EXERCISE -
Using the listing below, set down exactly the lines starting at the line that contains "-1.11203737), (1.264385716, 2.262712941))" and ending at the line that contains "Circle(SKETCH1_R, mode=Mode.SUBTRACT)", both included, and no others.

DATA SUPPLIED -

>>>>

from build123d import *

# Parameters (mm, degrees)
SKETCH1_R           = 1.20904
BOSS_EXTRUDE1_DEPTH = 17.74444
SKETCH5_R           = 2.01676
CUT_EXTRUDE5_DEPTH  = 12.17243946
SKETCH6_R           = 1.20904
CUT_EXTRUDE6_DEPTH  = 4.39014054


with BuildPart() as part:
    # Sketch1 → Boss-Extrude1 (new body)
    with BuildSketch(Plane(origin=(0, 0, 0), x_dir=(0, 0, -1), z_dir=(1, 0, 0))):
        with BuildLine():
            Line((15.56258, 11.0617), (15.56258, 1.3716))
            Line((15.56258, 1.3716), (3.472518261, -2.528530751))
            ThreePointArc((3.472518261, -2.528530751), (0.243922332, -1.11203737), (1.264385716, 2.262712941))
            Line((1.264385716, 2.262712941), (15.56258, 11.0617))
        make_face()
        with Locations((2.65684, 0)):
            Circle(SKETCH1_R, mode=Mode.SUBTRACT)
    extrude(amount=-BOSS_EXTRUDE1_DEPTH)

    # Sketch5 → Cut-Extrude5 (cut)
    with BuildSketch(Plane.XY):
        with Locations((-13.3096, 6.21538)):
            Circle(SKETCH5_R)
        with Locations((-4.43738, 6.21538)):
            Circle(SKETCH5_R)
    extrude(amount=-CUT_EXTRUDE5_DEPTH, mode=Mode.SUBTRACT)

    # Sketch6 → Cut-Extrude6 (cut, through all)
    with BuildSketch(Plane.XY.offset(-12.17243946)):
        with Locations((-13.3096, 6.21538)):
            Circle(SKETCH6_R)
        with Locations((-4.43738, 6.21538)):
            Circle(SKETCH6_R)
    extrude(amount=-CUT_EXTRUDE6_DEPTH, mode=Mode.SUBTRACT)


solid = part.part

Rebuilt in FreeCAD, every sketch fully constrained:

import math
import FreeCAD as App
import Part
import Sketcher
Q = App.Units.Quantity

doc = App.newDocument("Part")
params = doc.addObject("Spreadsheet::Sheet", "Params")
for row, (alias, value) in enumerate([
    ("pad1_length", "17.74444 mm"),
    ("pocket1_length", "12.172439 mm"),
], start=1):
    params.set(f"A{row}", alias)
    params.set(f"B{row}", "=" + value)
    params.setAlias(f"B{row}", alias)

body = doc.addObject("PartDesign::Body", "Body")

sketch1 = body.newObject("Sketcher::SketchObject", "Sketch")
sketch1.AttachmentSupport = (doc.getObject("YZ_Plane"), [""])
sketch1.MapMode = "FlatFace"
sketch1.addGeometry([
    Part.LineSegment(App.Vector(1.3716, -15.56258, 0), App.Vector(11.0617, -15.56258, 0)),
    Part.LineSegment(App.Vector(11.0617, -15.56258, 0), App.Vector(2.262713, -1.264386, 0)),
    Part.ArcOfCircle(Part.Circle(App.Vector(0, -2.65684, 0), App.Vector(0, 0, 1), 2.65684), math.radians(31.607788), math.radians(197.879172)),
    Part.LineSegment(App.Vector(-2.528531, -3.472518, 0), App.Vector(1.3716, -15.56258, 0)),
    Part.Circle(App.Vector(0, -2.65684, 0), App.Vector(0, 0, 1), 1.20904),
], False)
sketch1.addConstraint([
    Sketcher.Constraint("Coincident", 0, 2, 1, 1),
    Sketcher.Constraint("Tangent", 1, 2, 2, 1),
    Sketcher.Constraint("Tangent", 2, 2, 3, 1),
    Sketcher.Constraint("Coincident", 3, 2, 0, 1),
    Sketcher.Constraint("Horizontal", 0),
    Sketcher.Constraint("Coincident", 4, 3, 2, 3),
    Sketcher.Constraint("PointOnObject", 2, 3, -2),
    Sketcher.Constraint("Diameter", 4, Q("2.41808 mm")),
    Sketcher.Constraint("Radius", 2, Q("2.65684 mm")),
    Sketcher.Constraint("DistanceX", 0, 1, 0, 2, Q("9.6901 mm")),
    Sketcher.Constraint("DistanceX", -1, 1, 0, 2, Q("11.0617 mm")),
    Sketcher.Constraint("DistanceY", 2, 3, -1, 1, Q("2.65684 mm")),
    Sketcher.Constraint("DistanceY", 0, 2, -1, 1, Q("15.56258 mm")),
])
pad1 = body.newObject("PartDesign::Pad", "Pad")
pad1.Profile = sketch1
pad1.setExpression("Length", "Params.pad1_length")
pad1.Reversed = True

sketch2 = body.newObject("Sketcher::SketchObject", "Sketch001")
sketch2.AttachmentSupport = (doc.getObject("XY_Plane"), [""])
sketch2.MapMode = "FlatFace"
sketch2.addGeometry([
    Part.Circle(App.Vector(-13.3096, 6.21538, 0), App.Vector(0, 0, 1), 2.01676),
    Part.Circle(App.Vector(-4.43738, 6.21538, 0), App.Vector(0, 0, 1), 2.01676),
], False)
sketch2.addConstraint([
    Sketcher.Constraint("Equal", 0, 1),
    Sketcher.Constraint("Horizontal", 0, 3, 1, 3),
    Sketcher.Constraint("Diameter", 0, Q("4.03352 mm")),
    Sketcher.Constraint("DistanceX", 0, 3, -1, 1, Q("13.3096 mm")),
    Sketcher.Constraint("DistanceY", -1, 1, 0, 3, Q("6.21538 mm")),
    Sketcher.Constraint("DistanceX", 1, 3, -1, 1, Q("4.43738 mm")),
])
pocket1 = body.newObject("PartDesign::Pocket", "Pocket")
pocket1.Profile = sketch2
pocket1.setExpression("Length", "Params.pocket1_length")

sketch3 = body.newObject("Sketcher::SketchObject", "Sketch002")
sketch3.AttachmentSupport = (doc.getObject("XY_Plane"), [""])
sketch3.MapMode = "FlatFace"
sketch3.AttachmentOffset = App.Placement(App.Vector(0, 0, -12.172439), App.Rotation())
sketch3.addGeometry([
    Part.Circle(App.Vector(-13.3096, 6.21538, 0), App.Vector(0, 0, 1), 1.20904),
    Part.Circle(App.Vector(-4.43738, 6.21538, 0), App.Vector(0, 0, 1), 1.20904),
], False)
sketch3.addConstraint([
    Sketcher.Constraint("Equal", 0, 1),
    Sketcher.Constraint("Horizontal", 0, 3, 1, 3),
    Sketcher.Constraint("Diameter", 0, Q("2.41808 mm")),
    Sketcher.Constraint("DistanceX", 0, 3, -1, 1, Q("13.3096 mm")),
    Sketcher.Constraint("DistanceY", -1, 1, 0, 3, Q("6.21538 mm")),
    Sketcher.Constraint("DistanceX", 1, 3, -1, 1, Q("4.43738 mm")),
])
pocket2 = body.newObject("PartDesign::Pocket", "Pocket001")
pocket2.Profile = sketch3
pocket2.Type = "ThroughAll"

doc.recompute()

<<<<

ANSWER -
            ThreePointArc((3.472518261, -2.528530751), (0.243922332, -1.11203737), (1.264385716, 2.262712941))
            Line((1.264385716, 2.262712941), (15.56258, 11.0617))
        make_face()
        with Locations((2.65684, 0)):
            Circle(SKETCH1_R, mode=Mode.SUBTRACT)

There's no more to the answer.